What you need to do → After finding the line with "fillet1_edges = [part.edges().sort_by_distance(p)[0]" in the data below, set down exactly each line through the one with "# M4 Clearance Hole1 (through all)", inclusive, and stop there.

┏━━

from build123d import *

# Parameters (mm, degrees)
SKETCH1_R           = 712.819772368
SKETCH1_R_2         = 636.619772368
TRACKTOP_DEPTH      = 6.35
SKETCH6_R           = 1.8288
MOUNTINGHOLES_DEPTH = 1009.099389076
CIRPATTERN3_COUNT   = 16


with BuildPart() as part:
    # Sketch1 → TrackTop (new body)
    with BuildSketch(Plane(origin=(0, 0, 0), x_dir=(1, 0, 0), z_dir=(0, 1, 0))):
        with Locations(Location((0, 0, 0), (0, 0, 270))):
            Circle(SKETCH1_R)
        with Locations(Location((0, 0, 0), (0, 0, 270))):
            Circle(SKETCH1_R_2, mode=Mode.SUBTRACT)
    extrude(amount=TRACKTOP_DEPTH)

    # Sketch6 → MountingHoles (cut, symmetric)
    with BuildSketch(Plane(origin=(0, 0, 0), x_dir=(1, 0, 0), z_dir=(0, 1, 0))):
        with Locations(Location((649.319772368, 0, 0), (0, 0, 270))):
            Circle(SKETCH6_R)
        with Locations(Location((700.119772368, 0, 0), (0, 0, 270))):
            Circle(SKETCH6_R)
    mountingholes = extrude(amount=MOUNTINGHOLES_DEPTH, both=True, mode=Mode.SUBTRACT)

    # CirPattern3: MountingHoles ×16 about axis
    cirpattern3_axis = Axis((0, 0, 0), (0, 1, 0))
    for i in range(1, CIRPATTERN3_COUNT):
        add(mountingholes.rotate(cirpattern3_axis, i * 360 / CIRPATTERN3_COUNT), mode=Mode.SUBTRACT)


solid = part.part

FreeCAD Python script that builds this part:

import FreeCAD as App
import Part
import Sketcher
Q = App.Units.Quantity

doc = App.newDocument("Part")
params = doc.addObject("Spreadsheet::Sheet", "Params")
for row, (alias, value) in enumerate([
    ("pad1_length", "0.25 in"),
    ("sketch2_diameter", "0.144 in"),
    ("pocket1_length", "2018.198778 mm"),
], start=1):
    params.set(f"A{row}", alias)
    params.set(f"B{row}", "=" + value)
    params.setAlias(f"B{row}", alias)

body = doc.addObject("PartDesign::Body", "Body")

# Sketch on XZ plane
sketch1 = body.newObject("Sketcher::SketchObject", "Sketch")
sketch1.AttachmentSupport = (doc.getObject("XZ_Plane"), [""])
sketch1.MapMode = "FlatFace"
sketch1.addGeometry([
    Part.Circle(App.Vector(0, 0, 0), App.Vector(0, 0, 1), 712.819772),
    Part.Circle(App.Vector(0, 0, 0), App.Vector(0, 0, 1), 636.619772),
], False)
sketch1.addConstraint([
    Sketcher.Constraint("Coincident", 0, 3, -1, 1),
    Sketcher.Constraint("Coincident", 1, 3, -1, 1),
    Sketcher.Constraint("Diameter", 0, 1425.639545),
    Sketcher.Constraint("Diameter", 1, 1273.239545),
])
pad1 = body.newObject("PartDesign::Pad", "Pad")
pad1.Profile = sketch1
pad1.setExpression("Length", "Params.pad1_length")
pad1.Reversed = True

# Sketch on XZ plane
sketch2 = body.newObject("Sketcher::SketchObject", "Sketch001")
sketch2.AttachmentSupport = (doc.getObject("XZ_Plane"), [""])
sketch2.MapMode = "FlatFace"
sketch2.addGeometry([
    Part.Circle(App.Vector(649.319772, 0, 0), App.Vector(0, 0, 1), 1.8288),
    Part.Circle(App.Vector(700.119772, 0, 0), App.Vector(0, 0, 1), 1.8288),
], False)
sketch2.addConstraint([
    Sketcher.Constraint("Equal", 0, 1),
    Sketcher.Constraint("PointOnObject", 0, 3, -1),
    Sketcher.Constraint("PointOnObject", 1, 3, -1),
    Sketcher.Constraint("Diameter", 0, Q("0.144 in")),
    Sketcher.Constraint("DistanceX", 0, 3, 1, 3, Q("2 in")),
    Sketcher.Constraint("DistanceX", -1, 1, 0, 3, 649.319772),
])
sketch2.setExpression("Constraints[3]", "Params.sketch2_diameter")
pocket1 = body.newObject("PartDesign::Pocket", "Pocket")
pocket1.Profile = sketch2
pocket1.setExpression("Length", "Params.pocket1_length")
pocket1.Midplane = True
doc.recompute()

polarpattern = body.newObject("PartDesign::PolarPattern", "PolarPattern")
polarpattern.Originals = [pocket1]
polarpattern.Axis = (doc.getObject("Y_Axis"), [""])
polarpattern.Angle = 360
polarpattern.Occurrences = 16
body.Tip = polarpattern

doc.recompute()
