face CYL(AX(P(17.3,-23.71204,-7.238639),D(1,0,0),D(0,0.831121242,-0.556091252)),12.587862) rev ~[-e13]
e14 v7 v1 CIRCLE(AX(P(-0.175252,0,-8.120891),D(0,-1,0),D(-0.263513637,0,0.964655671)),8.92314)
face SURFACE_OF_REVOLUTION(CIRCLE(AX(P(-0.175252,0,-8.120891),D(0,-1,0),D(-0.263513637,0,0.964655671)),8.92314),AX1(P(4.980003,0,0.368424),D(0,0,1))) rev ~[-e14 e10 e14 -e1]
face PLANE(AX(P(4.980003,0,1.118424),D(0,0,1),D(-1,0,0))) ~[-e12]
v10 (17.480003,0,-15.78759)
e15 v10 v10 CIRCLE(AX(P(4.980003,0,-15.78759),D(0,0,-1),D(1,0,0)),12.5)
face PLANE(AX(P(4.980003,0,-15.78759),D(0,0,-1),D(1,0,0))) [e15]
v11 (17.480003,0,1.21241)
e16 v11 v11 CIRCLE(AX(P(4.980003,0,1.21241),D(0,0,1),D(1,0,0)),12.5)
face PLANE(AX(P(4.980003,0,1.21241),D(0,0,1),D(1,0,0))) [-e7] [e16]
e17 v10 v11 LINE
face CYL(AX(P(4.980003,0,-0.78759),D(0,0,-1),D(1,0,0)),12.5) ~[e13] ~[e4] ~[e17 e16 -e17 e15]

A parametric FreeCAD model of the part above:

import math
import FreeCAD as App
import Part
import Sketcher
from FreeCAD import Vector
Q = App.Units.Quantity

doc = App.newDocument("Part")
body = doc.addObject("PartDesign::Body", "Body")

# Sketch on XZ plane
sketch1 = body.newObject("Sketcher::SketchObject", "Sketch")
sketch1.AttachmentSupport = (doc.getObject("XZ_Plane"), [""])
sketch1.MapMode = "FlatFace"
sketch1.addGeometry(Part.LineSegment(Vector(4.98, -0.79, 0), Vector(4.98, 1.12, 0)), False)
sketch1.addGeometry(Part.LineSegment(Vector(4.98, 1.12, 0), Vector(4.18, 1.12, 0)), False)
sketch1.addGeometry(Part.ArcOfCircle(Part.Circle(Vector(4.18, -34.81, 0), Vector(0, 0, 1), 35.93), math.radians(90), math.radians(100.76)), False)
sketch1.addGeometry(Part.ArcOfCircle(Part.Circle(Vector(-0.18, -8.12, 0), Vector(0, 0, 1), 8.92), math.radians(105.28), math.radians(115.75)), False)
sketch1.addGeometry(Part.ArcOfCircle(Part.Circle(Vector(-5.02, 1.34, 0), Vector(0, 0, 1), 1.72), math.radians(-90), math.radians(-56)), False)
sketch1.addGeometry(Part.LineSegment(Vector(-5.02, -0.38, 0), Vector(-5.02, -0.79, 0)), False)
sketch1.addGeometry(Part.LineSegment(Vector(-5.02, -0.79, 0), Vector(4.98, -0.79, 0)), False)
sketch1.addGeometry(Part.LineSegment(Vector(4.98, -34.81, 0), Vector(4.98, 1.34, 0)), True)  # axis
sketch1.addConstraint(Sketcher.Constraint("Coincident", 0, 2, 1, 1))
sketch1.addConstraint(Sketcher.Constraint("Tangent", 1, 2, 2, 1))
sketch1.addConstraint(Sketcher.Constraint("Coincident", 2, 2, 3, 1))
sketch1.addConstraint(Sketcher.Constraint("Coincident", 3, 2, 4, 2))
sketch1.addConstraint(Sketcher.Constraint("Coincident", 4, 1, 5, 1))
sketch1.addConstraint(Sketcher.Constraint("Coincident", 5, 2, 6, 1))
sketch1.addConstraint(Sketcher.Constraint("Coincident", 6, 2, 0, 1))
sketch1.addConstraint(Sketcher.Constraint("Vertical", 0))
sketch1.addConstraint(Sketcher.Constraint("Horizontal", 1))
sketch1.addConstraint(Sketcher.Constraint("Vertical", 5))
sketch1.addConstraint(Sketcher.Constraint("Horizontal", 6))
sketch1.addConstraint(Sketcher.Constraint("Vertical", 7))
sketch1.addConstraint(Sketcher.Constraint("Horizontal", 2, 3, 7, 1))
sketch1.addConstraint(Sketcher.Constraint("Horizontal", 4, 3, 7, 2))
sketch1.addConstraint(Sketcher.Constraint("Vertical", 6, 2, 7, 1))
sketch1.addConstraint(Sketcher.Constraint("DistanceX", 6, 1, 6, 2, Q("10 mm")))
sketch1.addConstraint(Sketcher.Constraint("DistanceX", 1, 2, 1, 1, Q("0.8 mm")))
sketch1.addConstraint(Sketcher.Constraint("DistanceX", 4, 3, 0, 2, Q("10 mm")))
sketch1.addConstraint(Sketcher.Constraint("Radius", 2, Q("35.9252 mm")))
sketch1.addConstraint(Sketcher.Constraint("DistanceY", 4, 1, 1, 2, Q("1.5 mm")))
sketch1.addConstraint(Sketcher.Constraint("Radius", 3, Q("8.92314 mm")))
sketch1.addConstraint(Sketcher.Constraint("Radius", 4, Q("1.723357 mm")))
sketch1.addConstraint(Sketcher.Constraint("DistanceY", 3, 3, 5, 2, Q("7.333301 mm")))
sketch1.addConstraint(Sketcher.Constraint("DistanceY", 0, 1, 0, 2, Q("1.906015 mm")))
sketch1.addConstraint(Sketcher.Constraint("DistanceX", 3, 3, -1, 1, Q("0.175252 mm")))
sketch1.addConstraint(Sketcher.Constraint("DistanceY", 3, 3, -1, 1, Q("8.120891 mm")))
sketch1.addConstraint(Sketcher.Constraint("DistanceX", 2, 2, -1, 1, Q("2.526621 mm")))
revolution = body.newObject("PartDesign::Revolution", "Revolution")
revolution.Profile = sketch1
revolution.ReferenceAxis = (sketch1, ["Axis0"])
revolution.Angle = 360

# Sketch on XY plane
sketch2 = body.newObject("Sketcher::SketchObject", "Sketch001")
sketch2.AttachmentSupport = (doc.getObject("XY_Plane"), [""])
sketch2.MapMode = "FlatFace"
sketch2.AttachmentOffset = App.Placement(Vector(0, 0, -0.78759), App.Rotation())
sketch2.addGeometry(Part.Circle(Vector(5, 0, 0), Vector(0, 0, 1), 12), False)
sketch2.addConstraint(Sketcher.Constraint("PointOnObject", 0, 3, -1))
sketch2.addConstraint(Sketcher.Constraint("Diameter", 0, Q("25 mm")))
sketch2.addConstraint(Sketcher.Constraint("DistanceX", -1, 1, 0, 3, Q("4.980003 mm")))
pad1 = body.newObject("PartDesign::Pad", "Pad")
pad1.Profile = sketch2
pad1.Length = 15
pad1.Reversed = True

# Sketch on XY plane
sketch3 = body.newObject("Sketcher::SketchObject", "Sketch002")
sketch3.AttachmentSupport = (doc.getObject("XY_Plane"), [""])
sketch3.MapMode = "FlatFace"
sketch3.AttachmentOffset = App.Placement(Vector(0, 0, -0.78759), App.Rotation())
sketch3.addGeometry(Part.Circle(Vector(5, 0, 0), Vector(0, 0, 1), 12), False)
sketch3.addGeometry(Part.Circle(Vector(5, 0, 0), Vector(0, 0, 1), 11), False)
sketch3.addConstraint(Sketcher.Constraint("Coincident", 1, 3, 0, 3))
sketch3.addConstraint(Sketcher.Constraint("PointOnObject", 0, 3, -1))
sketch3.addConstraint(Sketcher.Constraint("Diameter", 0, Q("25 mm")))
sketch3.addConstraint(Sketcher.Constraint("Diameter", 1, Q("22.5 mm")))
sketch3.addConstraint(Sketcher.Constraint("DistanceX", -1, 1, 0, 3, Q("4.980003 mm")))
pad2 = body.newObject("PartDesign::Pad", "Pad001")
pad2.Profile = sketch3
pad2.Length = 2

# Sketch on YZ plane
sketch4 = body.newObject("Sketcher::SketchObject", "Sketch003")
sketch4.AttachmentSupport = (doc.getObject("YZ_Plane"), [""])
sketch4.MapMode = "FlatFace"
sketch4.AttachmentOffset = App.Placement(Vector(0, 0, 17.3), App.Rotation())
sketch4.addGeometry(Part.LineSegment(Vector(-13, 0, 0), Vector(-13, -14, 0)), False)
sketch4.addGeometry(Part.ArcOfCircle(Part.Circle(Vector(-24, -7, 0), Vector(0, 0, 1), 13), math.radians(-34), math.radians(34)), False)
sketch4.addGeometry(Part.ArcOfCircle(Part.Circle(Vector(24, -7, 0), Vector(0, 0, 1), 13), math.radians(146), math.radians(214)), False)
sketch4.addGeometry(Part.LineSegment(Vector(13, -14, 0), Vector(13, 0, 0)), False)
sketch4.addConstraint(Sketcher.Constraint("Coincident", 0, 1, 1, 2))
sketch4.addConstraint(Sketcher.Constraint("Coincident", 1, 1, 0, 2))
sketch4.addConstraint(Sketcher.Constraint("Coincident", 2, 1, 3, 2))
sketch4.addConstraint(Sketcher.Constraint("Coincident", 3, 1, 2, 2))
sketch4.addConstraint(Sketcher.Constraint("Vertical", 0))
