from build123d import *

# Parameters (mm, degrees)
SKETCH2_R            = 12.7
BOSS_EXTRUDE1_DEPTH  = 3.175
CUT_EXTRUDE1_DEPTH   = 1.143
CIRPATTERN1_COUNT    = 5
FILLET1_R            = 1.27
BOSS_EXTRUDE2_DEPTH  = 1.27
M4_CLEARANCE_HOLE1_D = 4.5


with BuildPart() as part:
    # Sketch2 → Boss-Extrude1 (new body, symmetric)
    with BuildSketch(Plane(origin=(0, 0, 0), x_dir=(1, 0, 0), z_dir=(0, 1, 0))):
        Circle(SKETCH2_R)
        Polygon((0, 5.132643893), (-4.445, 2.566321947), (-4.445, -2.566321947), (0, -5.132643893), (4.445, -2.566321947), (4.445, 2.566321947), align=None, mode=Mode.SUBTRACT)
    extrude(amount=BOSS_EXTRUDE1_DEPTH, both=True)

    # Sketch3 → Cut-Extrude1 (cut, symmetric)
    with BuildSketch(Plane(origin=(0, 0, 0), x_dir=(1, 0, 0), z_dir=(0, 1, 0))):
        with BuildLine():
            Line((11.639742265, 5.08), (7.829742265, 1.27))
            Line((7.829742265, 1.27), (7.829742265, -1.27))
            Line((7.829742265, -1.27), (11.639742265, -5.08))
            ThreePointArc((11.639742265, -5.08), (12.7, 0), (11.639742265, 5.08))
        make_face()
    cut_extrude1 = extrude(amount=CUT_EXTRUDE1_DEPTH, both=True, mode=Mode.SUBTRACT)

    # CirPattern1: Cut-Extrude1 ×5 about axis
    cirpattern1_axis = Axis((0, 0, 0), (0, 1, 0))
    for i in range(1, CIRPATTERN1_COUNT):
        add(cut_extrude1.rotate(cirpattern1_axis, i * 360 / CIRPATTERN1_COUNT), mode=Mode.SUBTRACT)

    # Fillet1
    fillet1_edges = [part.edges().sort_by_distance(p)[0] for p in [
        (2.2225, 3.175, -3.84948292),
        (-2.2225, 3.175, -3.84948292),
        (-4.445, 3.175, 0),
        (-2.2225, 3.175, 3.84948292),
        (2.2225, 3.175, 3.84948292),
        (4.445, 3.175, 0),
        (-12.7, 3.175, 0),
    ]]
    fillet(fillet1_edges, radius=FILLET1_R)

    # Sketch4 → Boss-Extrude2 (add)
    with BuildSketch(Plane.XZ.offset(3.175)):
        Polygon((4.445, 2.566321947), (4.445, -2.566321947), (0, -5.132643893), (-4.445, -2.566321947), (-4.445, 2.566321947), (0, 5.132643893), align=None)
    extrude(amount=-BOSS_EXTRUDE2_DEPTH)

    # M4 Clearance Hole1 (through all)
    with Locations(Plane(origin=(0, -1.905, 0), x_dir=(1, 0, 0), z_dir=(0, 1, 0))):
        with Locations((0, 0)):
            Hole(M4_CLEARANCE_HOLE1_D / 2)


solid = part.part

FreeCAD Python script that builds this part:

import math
import FreeCAD as App
import Part
import Sketcher

V = App.Vector
Q = App.Units.Quantity


def edges_at(feature, points):
    """Names of the edges that pass closest to the given points."""
    edges = feature.Shape.Edges
    near = lambda p: min(range(len(edges)), key=lambda i: edges[i].distToShape(Part.Vertex(*p))[0])
    return sorted({f"Edge{near(p) + 1}" for p in points})


def add_polygon(sketch, points):
    """Adds a closed chain of lines whose ends are joined by coincident constraints."""
    first, n = sketch.GeometryCount, len(points)
    for a, b in zip(points, points[1:] + points[:1]):
        sketch.addGeometry(Part.LineSegment(App.Vector(*a, 0), App.Vector(*b, 0)), False)
    for i in range(n):
        sketch.addConstraint(Sketcher.Constraint("Coincident", first + i, 2, first + (i + 1) % n, 1))

doc = App.newDocument("Part")
params = doc.addObject("Spreadsheet::Sheet", "Params")
for row, (alias, value) in enumerate([
    ("sketch1_diameter", "1 in"),
    ("pad1_length", "0.25 in"),
    ("sketch2_radius", "0.5 in"),
    ("sketch2_height", "0.1 in"),
    ("pocket1_length", "0.09 in"),
    ("fillet_radius", "0.05 in"),
    ("pad2_length", "0.05 in"),
    ("hole_diameter", "4.5 mm"),
], start=1):
    params.set(f"A{row}", alias)
    params.set(f"B{row}", "=" + value)
    params.setAlias(f"B{row}", alias)

body = doc.addObject("PartDesign::Body", "Body")

# Sketch on XZ plane
sketch1 = body.newObject("Sketcher::SketchObject", "Sketch")
sketch1.AttachmentSupport = (doc.getObject("XZ_Plane"), [""])
sketch1.MapMode = "FlatFace"
sketch1.addGeometry(Part.Circle(V(0, 0, 0), V(0, 0, 1), 12.7), False)  # 0
add_polygon(sketch1, [(-4.445, -2.566322), (0, -5.132644), (4.445, -2.566322), (4.445, 2.566322), (0, 5.132644), (-4.445, 2.566322)])  # lines 1-6
sketch1.addConstraint(Sketcher.Constraint("Vertical", 3))
sketch1.addConstraint(Sketcher.Constraint("Vertical", 6))
sketch1.addConstraint(Sketcher.Constraint("Coincident", 0, 3, -1, 1))
sketch1.addConstraint(Sketcher.Constraint("Symmetric", 1, 2, 4, 2, -1, 1))
sketch1.addConstraint(Sketcher.Constraint("Symmetric", 2, 2, 5, 2, -1, 1))
sketch1.addConstraint(Sketcher.Constraint("PointOnObject", 1, 2, -2))
sketch1.addConstraint(Sketcher.Constraint("Parallel", 1, 4))
sketch1.addConstraint(Sketcher.Constraint("Horizontal", 3, 2, 5, 2))
sketch1.addConstraint(Sketcher.Constraint("Diameter", 0, Q("1 in")))
sketch1.addConstraint(Sketcher.Constraint("Angle", 1, Q("-30 deg")))
sketch1.addConstraint(Sketcher.Constraint("DistanceX", 5, 2, 3, 2, Q("0.35 in")))
sketch1.addConstraint(Sketcher.Constraint("DistanceY", 3, 1, 3, 2, 5.132644))
sketch1.setExpression("Constraints[14]", "Params.sketch1_diameter")
pad1 = body.newObject("PartDesign::Pad", "Pad")
pad1.Profile = sketch1
pad1.setExpression("Length", "Params.pad1_length")
pad1.Midplane = True

# Sketch on XZ plane
sketch2 = body.newObject("Sketcher::SketchObject", "Sketch001")
sketch2.AttachmentSupport = (doc.getObject("XZ_Plane"), [""])
sketch2.MapMode = "FlatFace"
sketch2.addGeometry(Part.LineSegment(V(11.639742, -5.08, 0), V(7.829742, -1.27, 0)), False)
sketch2.addGeometry(Part.LineSegment(V(7.829742, -1.27, 0), V(7.829742, 1.27, 0)), False)
sketch2.addGeometry(Part.LineSegment(V(7.829742, 1.27, 0), V(11.639742, 5.08, 0)), False)
sketch2.addGeometry(Part.ArcOfCircle(Part.Circle(V(0, 0, 0), V(0, 0, 1), 12.7), math.radians(-23.578178), math.radians(23.578178)), False)
sketch2.addConstraint(Sketcher.Constraint("Coincident", 0, 2, 1, 1))
sketch2.addConstraint(Sketcher.Constraint("Coincident", 1, 2, 2, 1))
sketch2.addConstraint(Sketcher.Constraint("Coincident", 2, 2, 3, 2))
sketch2.addConstraint(Sketcher.Constraint("Coincident", 3, 1, 0, 1))
sketch2.addConstraint(Sketcher.Constraint("Vertical", 1))
sketch2.addConstraint(Sketcher.Constraint("Coincident", 3, 3, -1, 1))
sketch2.addConstraint(Sketcher.Constraint("Perpendicular", 0, 2))
sketch2.addConstraint(Sketcher.Constraint("Vertical", 2, 2, 3, 1))
sketch2.addConstraint(Sketcher.Constraint("Equal", 0, 2))
sketch2.addConstraint(Sketcher.Constraint("Radius", 3, Q("0.5 in")))
sketch2.addConstraint(Sketcher.Constraint("DistanceY", 1, 1, 1, 2, Q("0.1 in")))
sketch2.addConstraint(Sketcher.Constraint("DistanceY", -1, 1, 2, 2, Q("0.2 in")))
sketch2.setExpression("Constraints[9]", "Params.sketch2_radius")
sketch2.setExpression("Constraints[10]", "Params.sketch2_height")
pocket1 = body.newObject("PartDesign::Pocket", "Pocket")
pocket1.Profile = sketch2
pocket1.setExpression("Length", "Params.pocket1_length")
pocket1.Midplane = True
doc.recompute()

polarpattern = body.newObject("PartDesign::PolarPattern", "PolarPattern")
polarpattern.Originals = [pocket1]
polarpattern.Axis = (doc.getObject("Y_Axis"), [""])
polarpattern.Angle = 360
polarpattern.Occurrences = 5
body.Tip = polarpattern
doc.recompute()

fillet = body.newObject("PartDesign::Fillet", "Fillet")
fillet.Base = (polarpattern, edges_at(polarpattern, [
    (2.223, 3.175, -3.849),
    (-2.223, 3.175, -3.849),
    (-4.445, 3.175, 0),
    (-2.223, 3.175, 3.849),
    (2.223, 3.175, 3.849),
    (4.445, 3.175, 0),
    (-12.7, 3.175, 0),
]))
fillet.setExpression("Radius", "Params.fillet_radius")

# Sketch on XZ plane
sketch3 = body.newObject("Sketcher::SketchObject", "Sketch002")
sketch3.AttachmentSupport = (doc.getObject("XZ_Plane"), [""])
sketch3.MapMode = "FlatFace"
sketch3.AttachmentOffset = App.Placement(V(0, 0, 0.125 * 25.4), App.Rotation())
add_polygon(sketch3, [(4.445, -2.566322), (4.445, 2.566322), (0, 5.132644), (-4.445, 2.566322), (-4.445, -2.566322), (0, -5.132644)])  # lines 0-5
sketch3.addConstraint(Sketcher.Constraint("Vertical", 0))
sketch3.addConstraint(Sketcher.Constraint("Vertical", 3))
sketch3.addConstraint(Sketcher.Constraint("Symmetric", 0, 2, 3, 2, -1, 1))
sketch3.addConstraint(Sketcher.Constraint("Symmetric", 1, 2, 4, 2, -1, 1))
sketch3.addConstraint(Sketcher.Constraint("PointOnObject", 1, 2, -2))
sketch3.addConstraint(Sketcher.Constraint("Parallel", 2, 5))
sketch3.addConstraint(Sketcher.Constraint("Horizontal", 0, 2, 2, 2))
sketch3.addConstraint(Sketcher.Constraint("Angle", 1, Q("150 deg")))
sketch3.addConstraint(Sketcher.Constraint("DistanceX", 2, 2, 0, 2, Q("0.35 in")))
sketch3.addConstraint(Sketcher.Constraint("DistanceY", 0, 1, 0, 2, 5.132644))
pad2 = body.newObject("PartDesign::Pad", "Pad001")
pad2.Profile = sketch3
pad2.setExpression("Length", "Params.pad2_length")
pad2.Reversed = True

# Sketch on XZ plane
sketch4 = body.newObject("Sketcher::SketchObject", "Sketch003")
sketch4.AttachmentSupport = (doc.getObject("XZ_Plane"), [""])
sketch4.MapMode = "FlatFace"
sketch4.AttachmentOffset = App.Placement(V(0, 0, 0.075 * 25.4), App.Rotation())
sketch4.addGeometry(Part.Circle(V(0, 0, 0), V(0, 0, 1), 2.25), False)
sketch4.addConstraint(Sketcher.Constraint("Coincident", 0, 3, -1, 1))
sketch4.addConstraint(Sketcher.Constraint("Diameter", 0, 4.5))
doc.recompute()
hole = body.newObject("PartDesign::Hole", "Hole")
hole.Profile = sketch4
hole.ThreadType = "None"
hole.setExpression("Diameter", "Params.hole_diameter")
hole.DepthType = "ThroughAll"
hole.Reversed = True

doc.recompute()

┗━━

Result below →
    fillet1_edges = [part.edges().sort_by_distance(p)[0] for p in [
        (2.2225, 3.175, -3.84948292),
        (-2.2225, 3.175, -3.84948292),
        (-4.445, 3.175, 0),
        (-2.2225, 3.175, 3.84948292),
        (2.2225, 3.175, 3.84948292),
        (4.445, 3.175, 0),
        (-12.7, 3.175, 0),
    ]]
    fillet(fillet1_edges, radius=FILLET1_R)

    # Sketch4 → Boss-Extrude2 (add)
    with BuildSketch(Plane.XZ.offset(3.175)):
        Polygon((4.445, 2.566321947), (4.445, -2.566321947), (0, -5.132643893), (-4.445, -2.566321947), (-4.445, 2.566321947), (0, 5.132643893), align=None)
    extrude(amount=-BOSS_EXTRUDE2_DEPTH)

    # M4 Clearance Hole1 (through all)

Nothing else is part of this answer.